Considerando que o transtorno do neurodesenvolvimento infantil representa uma doença crônica, que exige identificação precoce e acompanhamento especializado de forma a prover o desenvolvimento das habilidades e da autonomia (dentro das possibilidades individuais), a existência de centros de atenção especializadas para atender pessoas com este transtorno e considerando, ainda, a necessidade de uma equipe de profissionais especializados, o objetivo deste estudo é descrever o perfil de crianças e adolescentes com transtorno do desenvolvimento global atendidas nos Centros de Atenção Psicossocial e de sua produção de atendimento, assim como o perfil dos profissionais destes estabelecimentos no Brasil e regiões, no período de 2014 a 2017.

Métodos

Se trata de um estudo descritivo, ecológico, com dados secundários das informações do Registro de Ações Ambulatoriais (RAAS) do Sistema de Informações Ambulatoriais do Sistema Único de Saúde (SIA/SUS) e do Sistema Cadastro Nacional de Estabelecimentos de Saúde (SCNES), disponíveis no sítio do Departamento de Informática do SUS (Datasus) (www.datasus.gov.br), no período de 2014 a 2017, para o Brasil. O período de estudo foi definido considerando-se que os procedimentos passaram a ser lançados na RASS a partir de 2013 (BRASIL, 2013) e que 2017 foi o último ano disponível no momento do início do estudo.

Do SCNES, foram selecionados os estabelecimentos de saúde com os seguintes códigos de habilitações: 0616 (CAPS 1), 0617 (CAPS II), 0618 (CAPS III), 0619 (CAPS AD), 0620 (CAPSI) e 0631 (CAPS AD III); e o número de profissionais das categorias psicólogo (clínico, social, neuropsicólogo), fonoaudiólogo e terapeuta ocupacional. A seleção destas categorias profissionais se justificou pelo fato delas fazerem parte das possíveis categorias necessárias a compor o projeto terapêutico junto com médico e enfermeiro (BRASIL, 2002). Foi verificado o número de profissionais por tipo de habilitação no CAPS, por ano no Brasil e regiões.

Do SIA/SUS foram selecionados os procedimentos realizados cuja CID-10 principal informada era TGD (F84). Através da variável Cartão Nacional de Saúde (CNS) codificada, foram individualizados os casos atendidos no período de 2014 a 2017. Obteve-se então o número de casos atendidos por ano e por tipo de CAPS.

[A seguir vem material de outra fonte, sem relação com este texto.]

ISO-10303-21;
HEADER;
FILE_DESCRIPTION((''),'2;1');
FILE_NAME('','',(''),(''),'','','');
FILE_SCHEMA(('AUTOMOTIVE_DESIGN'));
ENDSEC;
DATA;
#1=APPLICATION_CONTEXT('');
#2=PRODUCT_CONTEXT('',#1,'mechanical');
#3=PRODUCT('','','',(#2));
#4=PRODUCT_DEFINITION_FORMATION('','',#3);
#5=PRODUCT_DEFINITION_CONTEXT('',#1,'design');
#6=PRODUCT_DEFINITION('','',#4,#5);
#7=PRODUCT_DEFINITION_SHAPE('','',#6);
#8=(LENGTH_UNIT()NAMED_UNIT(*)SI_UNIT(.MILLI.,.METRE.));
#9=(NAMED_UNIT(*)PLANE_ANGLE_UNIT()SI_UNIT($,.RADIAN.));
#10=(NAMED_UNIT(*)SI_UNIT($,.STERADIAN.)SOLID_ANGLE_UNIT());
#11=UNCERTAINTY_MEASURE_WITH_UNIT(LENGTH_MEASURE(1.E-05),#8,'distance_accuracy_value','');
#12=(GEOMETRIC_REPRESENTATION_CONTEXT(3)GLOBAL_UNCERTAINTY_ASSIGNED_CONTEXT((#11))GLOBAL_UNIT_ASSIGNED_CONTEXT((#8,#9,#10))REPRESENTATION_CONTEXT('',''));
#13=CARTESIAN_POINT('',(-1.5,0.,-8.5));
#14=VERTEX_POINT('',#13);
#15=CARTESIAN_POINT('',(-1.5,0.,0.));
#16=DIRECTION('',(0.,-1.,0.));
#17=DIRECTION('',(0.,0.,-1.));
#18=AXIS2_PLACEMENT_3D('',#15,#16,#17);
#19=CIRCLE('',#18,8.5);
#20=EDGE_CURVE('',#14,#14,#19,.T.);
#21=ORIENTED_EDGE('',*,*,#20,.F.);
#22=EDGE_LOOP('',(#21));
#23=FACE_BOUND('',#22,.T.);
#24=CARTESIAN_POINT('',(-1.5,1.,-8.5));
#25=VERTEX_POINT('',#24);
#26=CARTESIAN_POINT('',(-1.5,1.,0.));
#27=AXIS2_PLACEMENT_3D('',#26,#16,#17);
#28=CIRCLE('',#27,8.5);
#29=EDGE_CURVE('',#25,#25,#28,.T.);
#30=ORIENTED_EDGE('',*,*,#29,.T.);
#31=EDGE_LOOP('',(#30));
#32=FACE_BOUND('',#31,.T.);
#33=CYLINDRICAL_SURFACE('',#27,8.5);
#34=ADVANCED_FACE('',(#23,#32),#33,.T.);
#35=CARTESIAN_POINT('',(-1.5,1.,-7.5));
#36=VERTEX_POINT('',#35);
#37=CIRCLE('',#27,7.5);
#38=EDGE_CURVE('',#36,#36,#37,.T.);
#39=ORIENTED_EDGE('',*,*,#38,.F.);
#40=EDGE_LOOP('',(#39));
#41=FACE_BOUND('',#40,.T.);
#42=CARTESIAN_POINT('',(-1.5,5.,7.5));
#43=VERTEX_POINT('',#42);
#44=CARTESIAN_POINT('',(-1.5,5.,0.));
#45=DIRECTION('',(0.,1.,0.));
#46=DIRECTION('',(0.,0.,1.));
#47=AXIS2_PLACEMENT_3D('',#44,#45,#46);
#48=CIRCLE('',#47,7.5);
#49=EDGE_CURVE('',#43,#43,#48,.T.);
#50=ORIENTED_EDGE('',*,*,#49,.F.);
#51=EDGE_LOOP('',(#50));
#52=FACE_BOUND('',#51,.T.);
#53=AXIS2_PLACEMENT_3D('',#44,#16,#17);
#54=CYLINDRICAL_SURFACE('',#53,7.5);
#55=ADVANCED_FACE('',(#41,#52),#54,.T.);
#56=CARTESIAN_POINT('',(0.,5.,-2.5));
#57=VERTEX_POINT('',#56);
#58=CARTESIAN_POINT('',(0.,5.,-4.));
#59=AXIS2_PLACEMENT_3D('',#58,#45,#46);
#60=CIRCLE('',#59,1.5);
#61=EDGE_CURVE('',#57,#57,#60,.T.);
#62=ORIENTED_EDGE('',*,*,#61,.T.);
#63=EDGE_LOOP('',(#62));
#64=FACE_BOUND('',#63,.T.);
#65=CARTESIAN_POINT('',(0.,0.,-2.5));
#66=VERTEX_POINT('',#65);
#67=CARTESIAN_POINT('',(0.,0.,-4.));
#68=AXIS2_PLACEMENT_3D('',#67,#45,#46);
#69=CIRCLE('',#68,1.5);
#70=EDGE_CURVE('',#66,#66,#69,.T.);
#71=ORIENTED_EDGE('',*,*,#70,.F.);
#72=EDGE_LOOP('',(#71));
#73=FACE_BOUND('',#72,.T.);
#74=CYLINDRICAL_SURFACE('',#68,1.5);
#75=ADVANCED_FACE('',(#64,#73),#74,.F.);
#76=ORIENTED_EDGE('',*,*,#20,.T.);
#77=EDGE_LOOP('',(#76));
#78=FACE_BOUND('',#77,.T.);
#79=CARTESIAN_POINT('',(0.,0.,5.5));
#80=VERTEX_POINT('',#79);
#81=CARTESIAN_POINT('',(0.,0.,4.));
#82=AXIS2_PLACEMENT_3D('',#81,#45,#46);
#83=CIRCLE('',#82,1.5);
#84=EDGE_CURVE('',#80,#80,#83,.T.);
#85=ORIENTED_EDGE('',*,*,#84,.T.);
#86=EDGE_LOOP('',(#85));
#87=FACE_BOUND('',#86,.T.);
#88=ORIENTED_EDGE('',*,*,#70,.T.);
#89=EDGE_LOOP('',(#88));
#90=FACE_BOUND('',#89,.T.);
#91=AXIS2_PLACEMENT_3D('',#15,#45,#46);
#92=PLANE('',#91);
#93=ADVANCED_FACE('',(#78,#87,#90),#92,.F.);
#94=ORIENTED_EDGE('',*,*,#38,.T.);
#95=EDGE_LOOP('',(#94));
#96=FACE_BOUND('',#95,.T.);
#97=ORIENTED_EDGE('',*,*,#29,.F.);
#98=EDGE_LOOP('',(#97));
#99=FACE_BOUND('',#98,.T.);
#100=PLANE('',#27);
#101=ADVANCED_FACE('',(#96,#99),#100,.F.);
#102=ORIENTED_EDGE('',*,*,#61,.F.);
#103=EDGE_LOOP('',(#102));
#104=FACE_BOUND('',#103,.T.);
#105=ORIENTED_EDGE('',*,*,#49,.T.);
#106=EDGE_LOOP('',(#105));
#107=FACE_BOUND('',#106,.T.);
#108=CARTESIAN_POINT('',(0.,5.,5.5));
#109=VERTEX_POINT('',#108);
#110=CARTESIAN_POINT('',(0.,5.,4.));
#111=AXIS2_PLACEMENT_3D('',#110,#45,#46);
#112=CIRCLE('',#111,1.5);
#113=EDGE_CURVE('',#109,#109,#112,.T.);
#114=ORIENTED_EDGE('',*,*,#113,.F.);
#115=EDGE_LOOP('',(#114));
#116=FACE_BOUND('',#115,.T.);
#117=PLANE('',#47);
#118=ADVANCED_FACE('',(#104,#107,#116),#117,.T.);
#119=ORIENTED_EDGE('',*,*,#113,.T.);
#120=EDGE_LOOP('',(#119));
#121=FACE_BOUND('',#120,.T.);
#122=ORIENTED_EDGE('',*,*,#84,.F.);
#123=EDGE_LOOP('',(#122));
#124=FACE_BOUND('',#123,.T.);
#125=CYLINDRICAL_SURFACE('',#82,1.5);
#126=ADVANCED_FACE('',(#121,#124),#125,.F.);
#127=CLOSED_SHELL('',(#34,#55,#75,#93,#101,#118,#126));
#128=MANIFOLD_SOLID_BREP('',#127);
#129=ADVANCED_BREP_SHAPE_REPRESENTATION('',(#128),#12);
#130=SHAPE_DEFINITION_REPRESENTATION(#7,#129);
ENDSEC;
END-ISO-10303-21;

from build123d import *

# Parameters (mm, degrees)
SKETCH1_R           = 7.5
BOSS_EXTRUDE1_DEPTH = 5
SKETCH2_R           = 8.5
BOSS_EXTRUDE2_DEPTH = 1
SKETCH4_R           = 1.5
CUT_EXTRUDE1_DEPTH  = 15.044571905


with BuildPart() as part:
    # Sketch1 → Boss-Extrude1 (new body)
    with BuildSketch(Plane(origin=(0, 0, 0), x_dir=(1, 0, 0), z_dir=(0, 1, 0))):
        with Locations(Location((-1.5, 0, 0), (0, 0, 270))):
            Circle(SKETCH1_R)
    extrude(amount=BOSS_EXTRUDE1_DEPTH)

    # Sketch2 → Boss-Extrude2 (add)
    with BuildSketch(Plane.XZ):
        with Locations(Location((-1.5, 0, 0), (0, 0, 270))):
            Circle(SKETCH2_R)
    extrude(amount=-BOSS_EXTRUDE2_DEPTH)

    # Sketch4 → Cut-Extrude1 (cut, through all)
    with BuildSketch(Plane(origin=(0, 5, 0), x_dir=(1, 0, 0), z_dir=(0, 1, 0))):
        with Locations(Location((0, 4, 0), (0, 0, 270))):
            Circle(SKETCH4_R)
        with Locations(Location((0, -4, 0), (0, 0, 270))):
            Circle(SKETCH4_R)
    extrude(amount=-CUT_EXTRUDE1_DEPTH, mode=Mode.SUBTRACT)


solid = part.part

A base de dados com as informações dos casos atendidos foi relacionada deterministicamente com a base do SCNES, utilizando-se como chave relacionamento a variável Cadastro Nacional de Estabelecimentos de Saúde (CNES), produzindo, desta maneira, uma nova base de dados contendo apenas os serviços habilitados que informaram atendimento de pessoas com TGD. Destes, um CAPS AD, da região Sudeste, informou um único caso, na faixa etária de 13 a 19 anos, e foi excluído dos resultados.

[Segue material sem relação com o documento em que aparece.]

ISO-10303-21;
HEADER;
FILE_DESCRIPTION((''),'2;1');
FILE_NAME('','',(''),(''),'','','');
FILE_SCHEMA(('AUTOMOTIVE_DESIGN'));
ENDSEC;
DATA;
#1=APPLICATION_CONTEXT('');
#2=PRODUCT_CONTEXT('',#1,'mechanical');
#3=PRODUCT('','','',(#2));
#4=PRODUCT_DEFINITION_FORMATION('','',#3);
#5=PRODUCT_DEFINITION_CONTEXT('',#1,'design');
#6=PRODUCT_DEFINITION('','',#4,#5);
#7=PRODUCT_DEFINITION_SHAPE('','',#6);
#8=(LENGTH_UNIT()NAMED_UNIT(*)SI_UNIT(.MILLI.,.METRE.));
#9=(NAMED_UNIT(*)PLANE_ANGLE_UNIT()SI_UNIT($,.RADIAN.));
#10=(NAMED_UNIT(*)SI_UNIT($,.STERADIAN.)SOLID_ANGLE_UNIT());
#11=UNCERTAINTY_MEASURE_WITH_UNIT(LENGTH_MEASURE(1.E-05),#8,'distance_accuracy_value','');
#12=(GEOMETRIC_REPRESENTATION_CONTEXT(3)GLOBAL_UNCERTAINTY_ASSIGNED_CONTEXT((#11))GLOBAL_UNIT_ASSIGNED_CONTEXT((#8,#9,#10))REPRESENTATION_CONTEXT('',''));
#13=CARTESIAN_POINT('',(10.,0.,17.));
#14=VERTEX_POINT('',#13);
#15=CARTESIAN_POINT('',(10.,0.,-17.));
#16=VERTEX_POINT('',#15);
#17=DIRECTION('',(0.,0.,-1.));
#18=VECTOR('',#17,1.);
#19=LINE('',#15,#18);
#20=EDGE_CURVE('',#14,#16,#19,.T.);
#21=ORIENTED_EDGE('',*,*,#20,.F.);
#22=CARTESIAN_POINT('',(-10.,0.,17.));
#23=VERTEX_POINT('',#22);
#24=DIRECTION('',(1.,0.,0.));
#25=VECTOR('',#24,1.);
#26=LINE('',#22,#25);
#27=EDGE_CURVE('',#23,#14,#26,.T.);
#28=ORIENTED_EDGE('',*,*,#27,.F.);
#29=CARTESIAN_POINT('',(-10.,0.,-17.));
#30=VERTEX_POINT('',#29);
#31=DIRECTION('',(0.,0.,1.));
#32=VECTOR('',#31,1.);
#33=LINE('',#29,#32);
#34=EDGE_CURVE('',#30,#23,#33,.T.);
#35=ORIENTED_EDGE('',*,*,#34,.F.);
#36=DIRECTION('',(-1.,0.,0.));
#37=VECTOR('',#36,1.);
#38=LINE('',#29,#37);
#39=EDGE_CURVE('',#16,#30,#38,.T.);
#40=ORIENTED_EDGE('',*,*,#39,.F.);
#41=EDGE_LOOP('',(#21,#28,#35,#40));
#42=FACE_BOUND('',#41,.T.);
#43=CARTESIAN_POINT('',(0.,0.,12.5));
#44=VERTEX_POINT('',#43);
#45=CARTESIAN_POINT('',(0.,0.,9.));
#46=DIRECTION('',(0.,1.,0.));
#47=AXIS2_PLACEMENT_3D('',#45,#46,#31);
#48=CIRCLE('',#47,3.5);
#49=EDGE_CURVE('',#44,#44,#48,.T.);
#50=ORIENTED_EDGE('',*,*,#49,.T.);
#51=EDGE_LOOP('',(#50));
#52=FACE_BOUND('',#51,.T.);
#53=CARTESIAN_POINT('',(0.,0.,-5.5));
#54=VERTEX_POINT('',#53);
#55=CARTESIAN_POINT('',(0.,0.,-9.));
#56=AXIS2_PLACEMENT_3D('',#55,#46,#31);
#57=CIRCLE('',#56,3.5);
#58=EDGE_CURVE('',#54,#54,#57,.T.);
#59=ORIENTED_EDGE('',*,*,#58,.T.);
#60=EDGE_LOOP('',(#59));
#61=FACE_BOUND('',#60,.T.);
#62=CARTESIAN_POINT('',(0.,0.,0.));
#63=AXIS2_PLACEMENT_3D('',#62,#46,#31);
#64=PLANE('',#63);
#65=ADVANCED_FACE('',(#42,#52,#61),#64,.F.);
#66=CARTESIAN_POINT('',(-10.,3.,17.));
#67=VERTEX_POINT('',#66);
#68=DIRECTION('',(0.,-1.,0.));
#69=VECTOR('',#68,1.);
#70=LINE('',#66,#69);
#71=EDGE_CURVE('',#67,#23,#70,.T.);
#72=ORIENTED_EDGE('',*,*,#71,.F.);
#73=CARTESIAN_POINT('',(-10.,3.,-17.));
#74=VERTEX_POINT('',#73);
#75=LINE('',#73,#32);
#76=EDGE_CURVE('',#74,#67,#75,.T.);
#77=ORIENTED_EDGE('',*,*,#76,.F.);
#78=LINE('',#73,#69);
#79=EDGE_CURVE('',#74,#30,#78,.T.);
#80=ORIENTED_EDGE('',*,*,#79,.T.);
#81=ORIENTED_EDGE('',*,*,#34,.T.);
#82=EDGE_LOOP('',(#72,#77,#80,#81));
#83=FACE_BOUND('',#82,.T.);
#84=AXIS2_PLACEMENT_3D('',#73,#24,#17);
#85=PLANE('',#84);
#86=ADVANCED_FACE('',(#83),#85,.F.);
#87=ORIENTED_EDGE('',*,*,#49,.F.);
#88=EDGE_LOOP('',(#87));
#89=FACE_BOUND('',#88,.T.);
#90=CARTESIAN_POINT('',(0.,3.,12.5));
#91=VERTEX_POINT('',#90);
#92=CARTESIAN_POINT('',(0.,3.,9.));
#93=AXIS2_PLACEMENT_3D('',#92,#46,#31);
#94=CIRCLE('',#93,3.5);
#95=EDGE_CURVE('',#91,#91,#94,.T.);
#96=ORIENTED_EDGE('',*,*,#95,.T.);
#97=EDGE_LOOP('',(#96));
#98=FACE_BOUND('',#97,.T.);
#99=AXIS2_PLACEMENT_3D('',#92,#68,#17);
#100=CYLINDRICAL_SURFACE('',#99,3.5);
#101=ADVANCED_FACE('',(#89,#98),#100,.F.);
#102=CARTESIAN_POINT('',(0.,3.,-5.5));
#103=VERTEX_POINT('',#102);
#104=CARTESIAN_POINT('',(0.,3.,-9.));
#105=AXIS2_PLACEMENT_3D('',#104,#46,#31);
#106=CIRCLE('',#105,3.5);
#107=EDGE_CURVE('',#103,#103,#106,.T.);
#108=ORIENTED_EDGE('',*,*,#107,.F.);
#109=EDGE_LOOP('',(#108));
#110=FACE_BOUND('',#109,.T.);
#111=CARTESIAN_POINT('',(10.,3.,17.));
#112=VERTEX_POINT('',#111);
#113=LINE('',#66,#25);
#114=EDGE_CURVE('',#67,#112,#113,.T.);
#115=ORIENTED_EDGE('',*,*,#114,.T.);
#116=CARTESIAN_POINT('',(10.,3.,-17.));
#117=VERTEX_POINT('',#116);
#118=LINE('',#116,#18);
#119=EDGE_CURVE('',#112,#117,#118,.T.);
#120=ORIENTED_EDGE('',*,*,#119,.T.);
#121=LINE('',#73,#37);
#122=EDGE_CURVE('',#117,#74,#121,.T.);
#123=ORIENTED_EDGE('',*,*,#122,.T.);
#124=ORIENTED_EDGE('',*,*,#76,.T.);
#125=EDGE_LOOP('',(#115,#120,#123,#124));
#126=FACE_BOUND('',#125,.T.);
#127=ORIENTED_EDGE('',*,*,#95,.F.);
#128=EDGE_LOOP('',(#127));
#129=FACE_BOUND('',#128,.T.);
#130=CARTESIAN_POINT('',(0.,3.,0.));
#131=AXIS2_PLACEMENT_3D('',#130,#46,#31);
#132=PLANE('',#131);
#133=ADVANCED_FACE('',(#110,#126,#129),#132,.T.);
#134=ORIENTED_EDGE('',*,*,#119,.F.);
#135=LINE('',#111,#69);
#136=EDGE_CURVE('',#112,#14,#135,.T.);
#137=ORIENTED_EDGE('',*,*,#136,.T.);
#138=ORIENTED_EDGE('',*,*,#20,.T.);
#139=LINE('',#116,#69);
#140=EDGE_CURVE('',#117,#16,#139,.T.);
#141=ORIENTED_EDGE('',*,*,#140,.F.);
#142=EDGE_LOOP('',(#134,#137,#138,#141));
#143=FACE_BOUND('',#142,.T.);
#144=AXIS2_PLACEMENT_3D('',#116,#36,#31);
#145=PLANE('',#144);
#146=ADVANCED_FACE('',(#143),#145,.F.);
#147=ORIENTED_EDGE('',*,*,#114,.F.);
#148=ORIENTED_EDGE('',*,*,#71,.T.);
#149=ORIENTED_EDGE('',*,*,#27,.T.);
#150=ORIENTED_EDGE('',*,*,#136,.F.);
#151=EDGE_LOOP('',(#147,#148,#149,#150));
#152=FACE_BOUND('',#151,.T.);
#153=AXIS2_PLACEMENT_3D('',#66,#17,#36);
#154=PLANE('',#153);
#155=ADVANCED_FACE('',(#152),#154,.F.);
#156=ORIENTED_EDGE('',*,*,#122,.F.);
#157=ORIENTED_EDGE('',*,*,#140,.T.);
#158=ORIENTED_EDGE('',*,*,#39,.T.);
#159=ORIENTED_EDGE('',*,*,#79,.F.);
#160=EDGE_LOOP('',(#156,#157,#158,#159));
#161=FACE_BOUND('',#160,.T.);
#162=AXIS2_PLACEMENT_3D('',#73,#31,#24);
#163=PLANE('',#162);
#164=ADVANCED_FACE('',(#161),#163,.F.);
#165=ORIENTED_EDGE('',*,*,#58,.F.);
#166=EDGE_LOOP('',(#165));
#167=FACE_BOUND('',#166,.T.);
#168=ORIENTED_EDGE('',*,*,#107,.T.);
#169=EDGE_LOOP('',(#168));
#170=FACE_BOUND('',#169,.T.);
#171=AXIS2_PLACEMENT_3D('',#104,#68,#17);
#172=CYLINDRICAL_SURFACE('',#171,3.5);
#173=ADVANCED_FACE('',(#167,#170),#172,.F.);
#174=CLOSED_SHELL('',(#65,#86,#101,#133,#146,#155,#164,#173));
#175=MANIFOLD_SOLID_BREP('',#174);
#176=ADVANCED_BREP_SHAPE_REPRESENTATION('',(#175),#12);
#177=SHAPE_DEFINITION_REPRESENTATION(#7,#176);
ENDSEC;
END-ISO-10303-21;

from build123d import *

# Parameters (mm, degrees)
SKETCH1_W           = 20
SKETCH1_H           = 34
SKETCH1_R           = 3.5
BOSS_EXTRUDE1_DEPTH = 3


with BuildPart() as part:
    # Sketch1 → Boss-Extrude1 (new body)
    with BuildSketch(Plane(origin=(0, 0, 0), x_dir=(1, 0, 0), z_dir=(0, 1, 0))):
        Rectangle(SKETCH1_W, SKETCH1_H)
        with Locations(Location((0, -9, 0), (0, 0, 270))):
            Circle(SKETCH1_R, mode=Mode.SUBTRACT)
        with Locations(Location((0, 9, 0), (0, 0, 270))):
            Circle(SKETCH1_R, mode=Mode.SUBTRACT)
    extrude(amount=BOSS_EXTRUDE1_DEPTH)


solid = part.part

Foram estudadas as variáveis: CNES do estabelecimento de saúde, ano de atendimento (informação gerada a partir da data de atendimento), faixa etária, em anos (menor de 1; 1-6; 7-12; 13-19; e 20 ou mais), sexo (masculino, feminino), raça/cor (branca, preta, parda, amarela, indígena), diagnóstico (obtida pela CID principal), origem do paciente (demanda espontânea, atenção básica, serviço de urgência, outros CAPS, hospital dia, hospital psiquiátrico), procedimentos realizados, UF e região de residência, habilitação do estabelecimento de saúde (CAPS I; CAPS II; CAPS III; CAPSi; CAPS AD; CAPS AD III), UF e região do estabelecimento de saúde e profissionais (psicólogo - clínico, social, neuropsicólogo; fonoaudiólogo; terapeuta ocupacional).

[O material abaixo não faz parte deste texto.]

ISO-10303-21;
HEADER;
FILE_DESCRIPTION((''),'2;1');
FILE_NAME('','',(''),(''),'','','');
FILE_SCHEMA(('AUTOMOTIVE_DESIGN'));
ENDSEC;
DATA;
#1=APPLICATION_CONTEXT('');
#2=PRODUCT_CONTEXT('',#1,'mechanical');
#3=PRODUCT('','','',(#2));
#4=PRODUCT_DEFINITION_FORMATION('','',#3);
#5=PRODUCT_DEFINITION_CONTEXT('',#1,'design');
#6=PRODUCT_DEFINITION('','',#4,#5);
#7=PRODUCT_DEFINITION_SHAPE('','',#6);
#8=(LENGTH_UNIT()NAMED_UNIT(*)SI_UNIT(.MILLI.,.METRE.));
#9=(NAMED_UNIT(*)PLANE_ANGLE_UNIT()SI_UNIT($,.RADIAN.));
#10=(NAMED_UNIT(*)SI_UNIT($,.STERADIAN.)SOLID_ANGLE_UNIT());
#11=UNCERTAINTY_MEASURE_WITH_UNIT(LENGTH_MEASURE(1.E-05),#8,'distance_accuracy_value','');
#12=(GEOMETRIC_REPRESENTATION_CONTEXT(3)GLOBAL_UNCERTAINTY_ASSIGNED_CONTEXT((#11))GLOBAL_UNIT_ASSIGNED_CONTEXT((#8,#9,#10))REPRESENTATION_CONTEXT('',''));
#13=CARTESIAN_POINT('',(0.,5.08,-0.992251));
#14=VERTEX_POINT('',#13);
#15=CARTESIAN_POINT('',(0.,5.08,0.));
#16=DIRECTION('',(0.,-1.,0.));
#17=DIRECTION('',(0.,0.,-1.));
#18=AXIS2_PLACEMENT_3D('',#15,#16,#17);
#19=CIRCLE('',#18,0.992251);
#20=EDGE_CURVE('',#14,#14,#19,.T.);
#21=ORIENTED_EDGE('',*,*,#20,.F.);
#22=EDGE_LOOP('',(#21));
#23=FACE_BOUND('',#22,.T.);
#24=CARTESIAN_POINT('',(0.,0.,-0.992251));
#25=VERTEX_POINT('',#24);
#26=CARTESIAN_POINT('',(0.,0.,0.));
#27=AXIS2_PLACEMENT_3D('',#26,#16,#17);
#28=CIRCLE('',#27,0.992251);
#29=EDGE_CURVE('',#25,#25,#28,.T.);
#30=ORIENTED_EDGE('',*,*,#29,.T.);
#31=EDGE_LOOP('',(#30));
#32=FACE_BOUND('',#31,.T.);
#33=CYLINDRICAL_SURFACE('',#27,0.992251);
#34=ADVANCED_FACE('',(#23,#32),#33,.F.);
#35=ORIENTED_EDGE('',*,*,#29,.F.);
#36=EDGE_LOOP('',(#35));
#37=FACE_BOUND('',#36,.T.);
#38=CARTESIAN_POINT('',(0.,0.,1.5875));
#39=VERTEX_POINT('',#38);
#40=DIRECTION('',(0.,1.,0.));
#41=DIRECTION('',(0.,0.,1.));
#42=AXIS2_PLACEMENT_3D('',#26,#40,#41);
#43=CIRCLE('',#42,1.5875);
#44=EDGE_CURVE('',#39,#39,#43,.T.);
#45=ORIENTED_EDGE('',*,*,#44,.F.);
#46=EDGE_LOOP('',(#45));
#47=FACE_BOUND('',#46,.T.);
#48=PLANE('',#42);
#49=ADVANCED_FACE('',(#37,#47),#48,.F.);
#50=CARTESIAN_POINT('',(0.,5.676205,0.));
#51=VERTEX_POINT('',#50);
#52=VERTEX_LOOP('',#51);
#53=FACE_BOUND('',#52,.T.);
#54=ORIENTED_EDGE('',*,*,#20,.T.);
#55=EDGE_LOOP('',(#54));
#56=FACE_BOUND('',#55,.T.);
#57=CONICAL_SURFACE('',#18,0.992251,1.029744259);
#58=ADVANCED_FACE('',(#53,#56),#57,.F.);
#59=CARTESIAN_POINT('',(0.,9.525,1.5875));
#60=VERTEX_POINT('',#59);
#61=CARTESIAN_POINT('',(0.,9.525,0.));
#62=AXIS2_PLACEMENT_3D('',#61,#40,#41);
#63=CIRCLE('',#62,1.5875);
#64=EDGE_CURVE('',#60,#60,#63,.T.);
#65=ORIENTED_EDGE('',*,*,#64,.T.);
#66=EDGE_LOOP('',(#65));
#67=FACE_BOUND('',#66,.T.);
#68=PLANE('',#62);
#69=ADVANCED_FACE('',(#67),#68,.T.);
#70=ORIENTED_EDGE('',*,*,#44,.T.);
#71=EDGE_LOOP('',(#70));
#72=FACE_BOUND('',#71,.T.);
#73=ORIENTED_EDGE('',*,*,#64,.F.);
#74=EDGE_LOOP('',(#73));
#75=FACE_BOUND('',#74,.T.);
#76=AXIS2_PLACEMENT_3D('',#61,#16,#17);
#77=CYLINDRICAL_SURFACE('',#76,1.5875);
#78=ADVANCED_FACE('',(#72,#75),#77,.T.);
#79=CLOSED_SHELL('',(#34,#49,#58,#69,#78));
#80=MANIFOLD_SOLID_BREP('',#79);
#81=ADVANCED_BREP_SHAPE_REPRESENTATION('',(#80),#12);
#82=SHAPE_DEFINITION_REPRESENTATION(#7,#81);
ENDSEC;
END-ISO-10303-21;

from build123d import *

# Parameters (mm, degrees)
SKETCH1_R                           = 1.5875
BOSS_EXTRUDE1_DEPTH                 = 9.525
F_5_64_0_07813_DIAMETER_HOLE1_D     = 1.984502
F_5_64_0_07813_DIAMETER_HOLE1_DEPTH = 5.08
F_5_64_0_07813_DIAMETER_HOLE1_TIP   = 0.59620455


with BuildPart() as part:
    # Sketch1 → Boss-Extrude1 (new body)
    with BuildSketch(Plane(origin=(0, 0, 0), x_dir=(1, 0, 0), z_dir=(0, 1, 0))):
        Circle(SKETCH1_R)
    extrude(amount=BOSS_EXTRUDE1_DEPTH)

    # 5/64 (0.07813) Diameter Hole1
    with Locations(Plane(origin=(0, 0, 0), x_dir=(-1, 0, 0), z_dir=(0, -1, 0))):
        with Locations((0, 0)):
            Hole(F_5_64_0_07813_DIAMETER_HOLE1_D / 2, depth=F_5_64_0_07813_DIAMETER_HOLE1_DEPTH)
            with Locations((0, 0, -(F_5_64_0_07813_DIAMETER_HOLE1_DEPTH + F_5_64_0_07813_DIAMETER_HOLE1_TIP / 2))):  # 118° drill point
                Cone(0, F_5_64_0_07813_DIAMETER_HOLE1_D / 2, F_5_64_0_07813_DIAMETER_HOLE1_TIP, mode=Mode.SUBTRACT)


solid = part.part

As informações foram avaliadas e descritas comparativamente entre as regiões do País. Foi aplicado o teste qui-quadrado de tendência (ROSNER, 2016ROSNER, B. Fundamentals of biostatistics. 8th edition ed. Boston, MA: Cengage Learning, 2016.) para avaliar se a diferença na proporção das faixas etárias do sexo feminino foi significativa.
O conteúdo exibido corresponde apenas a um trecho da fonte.